Implement a Transformer block layer

class TransformerBlock(layers.Layer):
    def __init__(self, embed_dim, num_heads, ffn, dropout_rate=0.1):
        super().__init__()
        self.att = layers.MultiHeadAttention(num_heads=num_heads, key_dim=embed_dim)
        # The ffn can be either a standard feedforward network or a switch
        # layer with a Mixture of Experts.
        self.ffn = ffn
        self.layernorm1 = layers.LayerNormalization(epsilon=1e-6)
        self.layernorm2 = layers.LayerNormalization(epsilon=1e-6)
        self.dropout1 = layers.Dropout(dropout_rate)
        self.dropout2 = layers.Dropout(dropout_rate)

    def call(self, inputs, training=False):
        attn_output = self.att(inputs, inputs)
        attn_output = self.dropout1(attn_output, training=training)
        out1 = self.layernorm1(inputs + attn_output)
        ffn_output = self.ffn(out1)
        ffn_output = self.dropout2(ffn_output, training=training)
        return self.layernorm2(out1 + ffn_output)

Implement the classifier

The TransformerBlock layer outputs one vector for each time step of our input sequence.
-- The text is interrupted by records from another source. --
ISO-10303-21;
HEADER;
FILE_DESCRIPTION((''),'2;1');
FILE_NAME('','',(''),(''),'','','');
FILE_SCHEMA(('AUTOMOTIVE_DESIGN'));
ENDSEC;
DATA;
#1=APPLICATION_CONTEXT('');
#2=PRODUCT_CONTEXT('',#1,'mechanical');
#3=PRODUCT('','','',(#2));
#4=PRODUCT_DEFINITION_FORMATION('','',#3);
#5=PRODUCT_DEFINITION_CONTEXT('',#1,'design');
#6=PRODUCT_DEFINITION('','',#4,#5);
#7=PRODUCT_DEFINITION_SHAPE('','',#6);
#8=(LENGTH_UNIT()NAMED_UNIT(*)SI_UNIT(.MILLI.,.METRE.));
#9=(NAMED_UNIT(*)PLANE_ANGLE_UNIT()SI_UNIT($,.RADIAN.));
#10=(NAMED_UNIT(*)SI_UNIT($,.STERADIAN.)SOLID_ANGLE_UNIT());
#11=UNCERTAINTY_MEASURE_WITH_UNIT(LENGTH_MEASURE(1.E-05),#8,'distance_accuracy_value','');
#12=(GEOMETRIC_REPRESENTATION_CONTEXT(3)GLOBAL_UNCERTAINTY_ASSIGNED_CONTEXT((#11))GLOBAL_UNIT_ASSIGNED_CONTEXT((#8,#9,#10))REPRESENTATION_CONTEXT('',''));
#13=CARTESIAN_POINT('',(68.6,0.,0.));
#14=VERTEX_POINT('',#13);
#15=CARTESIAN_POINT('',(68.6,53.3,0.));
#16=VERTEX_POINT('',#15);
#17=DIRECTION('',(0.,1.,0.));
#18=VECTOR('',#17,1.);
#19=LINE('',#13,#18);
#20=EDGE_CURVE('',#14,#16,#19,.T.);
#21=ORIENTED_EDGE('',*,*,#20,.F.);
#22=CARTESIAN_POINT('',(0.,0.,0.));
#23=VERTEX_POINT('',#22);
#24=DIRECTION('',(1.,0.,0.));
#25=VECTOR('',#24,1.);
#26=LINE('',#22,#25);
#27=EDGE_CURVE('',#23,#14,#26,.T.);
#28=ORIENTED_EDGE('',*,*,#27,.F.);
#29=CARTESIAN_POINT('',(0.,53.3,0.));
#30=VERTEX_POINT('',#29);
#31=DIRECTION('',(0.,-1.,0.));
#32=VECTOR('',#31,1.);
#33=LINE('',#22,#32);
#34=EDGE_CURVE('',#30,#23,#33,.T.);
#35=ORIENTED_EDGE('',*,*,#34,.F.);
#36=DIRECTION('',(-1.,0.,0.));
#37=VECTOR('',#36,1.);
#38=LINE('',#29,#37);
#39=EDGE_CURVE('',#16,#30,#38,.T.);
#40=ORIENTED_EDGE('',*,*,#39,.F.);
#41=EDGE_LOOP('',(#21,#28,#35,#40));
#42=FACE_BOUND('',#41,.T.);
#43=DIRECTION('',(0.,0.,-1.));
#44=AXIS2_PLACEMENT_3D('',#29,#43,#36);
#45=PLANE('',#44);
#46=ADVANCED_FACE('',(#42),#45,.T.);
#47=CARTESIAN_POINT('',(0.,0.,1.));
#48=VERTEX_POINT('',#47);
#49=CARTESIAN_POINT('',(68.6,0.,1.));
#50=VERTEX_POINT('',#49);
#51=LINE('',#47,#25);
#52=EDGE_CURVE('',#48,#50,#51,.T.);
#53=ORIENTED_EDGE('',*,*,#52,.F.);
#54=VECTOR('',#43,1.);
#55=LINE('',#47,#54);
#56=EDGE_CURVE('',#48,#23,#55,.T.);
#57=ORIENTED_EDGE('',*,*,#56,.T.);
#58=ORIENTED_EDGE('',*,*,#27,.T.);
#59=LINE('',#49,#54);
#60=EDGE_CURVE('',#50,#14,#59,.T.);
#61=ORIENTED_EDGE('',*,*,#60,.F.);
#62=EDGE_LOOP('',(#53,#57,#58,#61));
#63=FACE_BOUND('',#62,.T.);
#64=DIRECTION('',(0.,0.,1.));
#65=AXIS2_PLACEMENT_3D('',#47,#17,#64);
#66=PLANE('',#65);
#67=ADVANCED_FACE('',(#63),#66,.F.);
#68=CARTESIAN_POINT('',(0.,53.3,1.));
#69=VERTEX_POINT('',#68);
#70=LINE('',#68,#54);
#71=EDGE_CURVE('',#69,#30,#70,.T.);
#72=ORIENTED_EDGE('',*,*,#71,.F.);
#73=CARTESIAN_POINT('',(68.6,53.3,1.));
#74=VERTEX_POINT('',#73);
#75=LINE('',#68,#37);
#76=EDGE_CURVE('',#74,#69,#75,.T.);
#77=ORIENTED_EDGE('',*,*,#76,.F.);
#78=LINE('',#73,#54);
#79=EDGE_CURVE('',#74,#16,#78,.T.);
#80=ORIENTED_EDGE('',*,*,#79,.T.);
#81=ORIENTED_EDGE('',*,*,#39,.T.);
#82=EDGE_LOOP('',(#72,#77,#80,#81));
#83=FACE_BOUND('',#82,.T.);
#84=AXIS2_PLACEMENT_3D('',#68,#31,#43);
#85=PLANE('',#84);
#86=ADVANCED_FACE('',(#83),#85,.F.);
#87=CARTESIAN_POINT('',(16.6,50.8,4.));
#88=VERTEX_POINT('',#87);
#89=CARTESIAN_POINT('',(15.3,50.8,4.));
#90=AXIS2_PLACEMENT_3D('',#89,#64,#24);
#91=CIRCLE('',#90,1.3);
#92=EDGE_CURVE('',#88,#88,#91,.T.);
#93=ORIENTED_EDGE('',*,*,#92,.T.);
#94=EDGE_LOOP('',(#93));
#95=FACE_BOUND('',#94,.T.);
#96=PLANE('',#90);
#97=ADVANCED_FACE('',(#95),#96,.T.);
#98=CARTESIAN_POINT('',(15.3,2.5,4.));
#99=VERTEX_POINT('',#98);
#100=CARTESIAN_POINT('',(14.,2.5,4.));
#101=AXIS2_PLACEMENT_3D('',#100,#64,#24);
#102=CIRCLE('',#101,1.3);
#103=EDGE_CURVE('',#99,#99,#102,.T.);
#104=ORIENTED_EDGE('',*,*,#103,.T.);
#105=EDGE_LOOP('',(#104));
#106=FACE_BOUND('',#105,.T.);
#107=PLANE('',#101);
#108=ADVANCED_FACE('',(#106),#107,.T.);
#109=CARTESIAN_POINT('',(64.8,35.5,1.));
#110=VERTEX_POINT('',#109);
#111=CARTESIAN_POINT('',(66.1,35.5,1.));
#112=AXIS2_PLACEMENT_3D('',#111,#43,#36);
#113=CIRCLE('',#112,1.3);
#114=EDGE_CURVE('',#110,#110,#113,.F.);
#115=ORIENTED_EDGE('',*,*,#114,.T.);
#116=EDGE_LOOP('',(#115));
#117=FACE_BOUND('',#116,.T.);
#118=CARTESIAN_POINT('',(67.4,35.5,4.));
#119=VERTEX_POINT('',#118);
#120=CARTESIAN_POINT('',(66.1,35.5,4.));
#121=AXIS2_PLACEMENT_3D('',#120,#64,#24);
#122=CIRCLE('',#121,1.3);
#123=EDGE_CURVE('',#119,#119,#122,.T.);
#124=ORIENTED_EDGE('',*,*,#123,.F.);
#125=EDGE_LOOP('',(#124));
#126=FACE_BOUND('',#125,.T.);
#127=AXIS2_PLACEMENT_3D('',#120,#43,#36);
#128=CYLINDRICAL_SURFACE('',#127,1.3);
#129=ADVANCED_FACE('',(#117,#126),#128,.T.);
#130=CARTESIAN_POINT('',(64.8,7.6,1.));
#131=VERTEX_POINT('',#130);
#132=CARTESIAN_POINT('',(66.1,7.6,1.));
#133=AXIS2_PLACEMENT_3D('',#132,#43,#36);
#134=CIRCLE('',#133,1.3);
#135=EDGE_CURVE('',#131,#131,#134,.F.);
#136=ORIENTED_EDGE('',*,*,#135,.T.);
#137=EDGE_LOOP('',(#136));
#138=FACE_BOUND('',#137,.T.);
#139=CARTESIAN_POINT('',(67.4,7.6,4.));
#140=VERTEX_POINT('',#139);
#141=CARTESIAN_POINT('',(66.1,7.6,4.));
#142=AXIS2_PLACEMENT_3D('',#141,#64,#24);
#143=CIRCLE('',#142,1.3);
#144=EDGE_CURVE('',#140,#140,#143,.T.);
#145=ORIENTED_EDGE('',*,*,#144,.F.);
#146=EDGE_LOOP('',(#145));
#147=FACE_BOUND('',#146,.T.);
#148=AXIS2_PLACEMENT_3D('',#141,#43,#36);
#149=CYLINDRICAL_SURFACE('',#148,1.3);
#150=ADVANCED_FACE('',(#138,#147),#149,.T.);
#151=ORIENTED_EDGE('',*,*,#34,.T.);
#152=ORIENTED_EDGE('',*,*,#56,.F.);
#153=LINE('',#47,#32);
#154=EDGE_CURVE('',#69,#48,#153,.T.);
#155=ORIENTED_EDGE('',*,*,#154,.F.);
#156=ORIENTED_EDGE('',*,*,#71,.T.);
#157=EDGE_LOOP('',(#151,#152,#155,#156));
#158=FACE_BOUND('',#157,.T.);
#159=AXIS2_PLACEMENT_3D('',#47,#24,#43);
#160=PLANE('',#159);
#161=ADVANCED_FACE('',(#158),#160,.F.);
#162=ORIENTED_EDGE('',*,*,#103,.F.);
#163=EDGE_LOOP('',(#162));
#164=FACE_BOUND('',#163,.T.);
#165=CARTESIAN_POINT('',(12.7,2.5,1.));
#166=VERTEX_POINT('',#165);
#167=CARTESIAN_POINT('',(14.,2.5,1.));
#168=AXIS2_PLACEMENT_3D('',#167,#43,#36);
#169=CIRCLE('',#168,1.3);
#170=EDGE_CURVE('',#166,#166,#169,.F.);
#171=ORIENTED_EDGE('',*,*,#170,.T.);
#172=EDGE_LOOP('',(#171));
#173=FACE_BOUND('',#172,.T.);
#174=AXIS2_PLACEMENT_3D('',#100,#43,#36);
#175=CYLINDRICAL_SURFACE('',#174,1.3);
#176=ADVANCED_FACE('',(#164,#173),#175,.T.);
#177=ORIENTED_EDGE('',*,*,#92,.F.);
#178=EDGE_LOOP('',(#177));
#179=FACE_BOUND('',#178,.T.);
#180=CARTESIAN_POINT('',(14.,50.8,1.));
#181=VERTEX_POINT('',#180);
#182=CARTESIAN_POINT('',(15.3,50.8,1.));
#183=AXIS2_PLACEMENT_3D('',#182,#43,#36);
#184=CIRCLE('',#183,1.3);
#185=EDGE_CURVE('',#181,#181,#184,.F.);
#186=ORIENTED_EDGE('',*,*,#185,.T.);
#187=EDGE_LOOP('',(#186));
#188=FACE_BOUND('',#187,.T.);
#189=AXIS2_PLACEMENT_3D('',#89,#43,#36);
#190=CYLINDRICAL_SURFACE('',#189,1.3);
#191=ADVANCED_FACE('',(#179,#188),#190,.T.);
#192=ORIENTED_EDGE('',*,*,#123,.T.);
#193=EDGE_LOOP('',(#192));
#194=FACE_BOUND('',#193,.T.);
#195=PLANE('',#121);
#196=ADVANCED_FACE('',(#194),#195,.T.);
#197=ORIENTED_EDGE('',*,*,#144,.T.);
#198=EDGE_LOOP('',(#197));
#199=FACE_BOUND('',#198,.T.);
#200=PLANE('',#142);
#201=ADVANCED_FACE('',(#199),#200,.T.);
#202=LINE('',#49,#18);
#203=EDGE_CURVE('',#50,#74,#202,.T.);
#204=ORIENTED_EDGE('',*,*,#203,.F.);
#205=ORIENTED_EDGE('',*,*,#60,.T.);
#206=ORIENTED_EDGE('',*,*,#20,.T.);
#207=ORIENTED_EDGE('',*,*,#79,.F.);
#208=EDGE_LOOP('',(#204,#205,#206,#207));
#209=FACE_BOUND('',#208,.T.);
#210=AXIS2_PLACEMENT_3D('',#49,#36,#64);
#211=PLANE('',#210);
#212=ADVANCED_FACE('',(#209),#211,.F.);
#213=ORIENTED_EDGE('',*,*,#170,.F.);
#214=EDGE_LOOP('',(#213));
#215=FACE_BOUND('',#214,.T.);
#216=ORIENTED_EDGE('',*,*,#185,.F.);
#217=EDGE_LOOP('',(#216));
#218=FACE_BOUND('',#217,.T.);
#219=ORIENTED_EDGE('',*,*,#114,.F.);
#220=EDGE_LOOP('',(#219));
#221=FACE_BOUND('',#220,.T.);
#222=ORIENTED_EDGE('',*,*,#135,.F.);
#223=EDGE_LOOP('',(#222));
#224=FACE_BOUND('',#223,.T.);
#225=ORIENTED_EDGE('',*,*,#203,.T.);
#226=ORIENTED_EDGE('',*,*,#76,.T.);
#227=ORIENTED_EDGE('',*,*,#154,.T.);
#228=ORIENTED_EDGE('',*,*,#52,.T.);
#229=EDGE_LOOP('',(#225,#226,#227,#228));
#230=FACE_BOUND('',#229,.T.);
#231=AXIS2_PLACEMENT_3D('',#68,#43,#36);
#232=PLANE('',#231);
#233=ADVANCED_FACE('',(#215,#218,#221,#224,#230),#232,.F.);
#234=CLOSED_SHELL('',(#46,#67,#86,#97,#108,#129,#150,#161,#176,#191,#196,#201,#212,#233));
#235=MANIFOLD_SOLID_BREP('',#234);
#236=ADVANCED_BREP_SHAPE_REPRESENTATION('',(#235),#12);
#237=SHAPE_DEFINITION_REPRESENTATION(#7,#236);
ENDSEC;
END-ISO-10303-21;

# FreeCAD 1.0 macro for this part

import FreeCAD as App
import Part
import Sketcher


def add_polygon(sketch, points):
    """Adds a closed chain of lines whose ends are joined by coincident constraints."""
    first, n = sketch.GeometryCount, len(points)
    for a, b in zip(points, points[1:] + points[:1]):
        sketch.addGeometry(Part.LineSegment(App.Vector(*a, 0), App.Vector(*b, 0)), False)
    for i in range(n):
        sketch.addConstraint(Sketcher.Constraint("Coincident", first + i, 2, first + (i + 1) % n, 1))

doc = App.newDocument("Part")
body = doc.addObject("PartDesign::Body", "Body")

sketch1 = body.newObject("Sketcher::SketchObject", "Sketch")
sketch1.AttachmentSupport = (doc.getObject("XY_Plane"), [""])
sketch1.MapMode = "FlatFace"
add_polygon(sketch1, [(0, 53), (0, 0), (69, 0), (69, 53)])
sketch1.addConstraint([
    Sketcher.Constraint("Vertical", 0),
    Sketcher.Constraint("Horizontal", 1),
    Sketcher.Constraint("Vertical", 2),
    Sketcher.Constraint("Horizontal", 3),
    Sketcher.Constraint("Coincident", 0, 2, -1, 1),
    Sketcher.Constraint("DistanceX", 1, 1, 1, 2, 68.6),
    Sketcher.Constraint("DistanceY", 0, 2, 0, 1, 53.3),
])
pad1 = body.newObject("PartDesign::Pad", "Pad")
pad1.Profile = sketch1
pad1.Length = 1

sketch2 = body.newObject("Sketcher::SketchObject", "Sketch001")
sketch2.AttachmentSupport = (doc.getObject("XY_Plane"), [""])
sketch2.MapMode = "FlatFace"
sketch2.AttachmentOffset = App.Placement(App.Vector(0, 0, 1), App.Rotation())
sketch2.addGeometry([
    Part.Circle(App.Vector(14, 2.5, 0), App.Vector(0, 0, 1), 1.3),
    Part.Circle(App.Vector(15.3, 50.8, 0), App.Vector(0, 0, 1), 1.3),
    Part.Circle(App.Vector(66.1, 7.6, 0), App.Vector(0, 0, 1), 1.3),
    Part.Circle(App.Vector(66.1, 35.5, 0), App.Vector(0, 0, 1), 1.3),
], False)
sketch2.addConstraint([
    Sketcher.Constraint("Equal", 0, 1),
    Sketcher.Constraint("Equal", 1, 2),
    Sketcher.Constraint("Equal", 2, 3),
    Sketcher.Constraint("Vertical", 2, 3, 3, 3),
    Sketcher.Constraint("Diameter", 0, 2.6),
    Sketcher.Constraint("DistanceX", -1, 1, 0, 3, 14.0),
    Sketcher.Constraint("DistanceY", 0, 3, 3, 3, 33.0),
    Sketcher.Constraint("DistanceY", -1, 1, 0, 3, 2.5),
    Sketcher.Constraint("DistanceX", -1, 1, 1, 3, 15.3),
    Sketcher.Constraint("DistanceY", -1, 1, 1, 3, 50.8),
    Sketcher.Constraint("DistanceX", -1, 1, 2, 3, 66.1),
    Sketcher.Constraint("DistanceY", -1, 1, 2, 3, 7.6),
])
pad2 = body.newObject("PartDesign::Pad", "Pad001")
pad2.Profile = sketch2
pad2.Length = 3

doc.recompute()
Here, we take the mean across all time steps and use a feedforward network on top of it to classify text.

def create_classifier():
    switch = Switch(num_experts, embed_dim, ff_dim, num_tokens_per_batch)
    transformer_block = TransformerBlock(embed_dim // num_heads, num_heads, switch)

    inputs = layers.Input(shape=(num_tokens_per_example,))
    embedding_layer = TokenAndPositionEmbedding(
        num_tokens_per_example, vocab_size, embed_dim
    )
    x = embedding_layer(inputs)
    x = transformer_block(x)
    x = layers.GlobalAveragePooling1D()(x)
    x = layers.Dropout(dropout_rate)(x)
    x = layers.Dense(ff_dim, activation="relu")(x)
    x = layers.Dropout(dropout_rate)(x)
    outputs = layers.Dense(2, activation="softmax")(x)

    classifier = keras.Model(inputs=inputs, outputs=outputs)
    return classifier

Train and evaluate the model

def run_experiment(classifier):
    classifier.compile(
        optimizer=keras.optimizers.Adam(learning_rate),
        loss="sparse_categorical_crossentropy",
        metrics=["accuracy"],
    )
    history = classifier.fit(
        x_train,
        y_train,
        batch_size=batch_size,
        epochs=num_epochs,
        validation_data=(x_val, y_val),
    )
    return history


classifier = create_classifier()
run_experiment(classifier)

Epoch 1/3
 500/500 ━━━━━━━━━━━━━━━━━━━━ 251s 485ms/step - accuracy: 0.7121 - loss: 1.5394 - val_accuracy: 0.8748 - val_loss: 1.2891
Epoch 2/3
 500/500 ━━━━━━━━━━━━━━━━━━━━ 240s 480ms/step - accuracy: 0.9243 - loss: 1.2063 - val_accuracy: 0.8752 - val_loss: 1.3090
Epoch 3/3
 500/500 ━━━━━━━━━━━━━━━━━━━━ 242s 485ms/step - accuracy: 0.9572 - loss: 1.1222 - val_accuracy: 0.8614 - val_loss: 1.3744

<keras.src.callbacks.history.History at 0x7efb79d82a90>

Conclusion

Compared to the standard Transformer architecture, the Switch Transformer can have a much larger number of parameters, leading to increased model capacity, while maintaining a reasonable computational cost.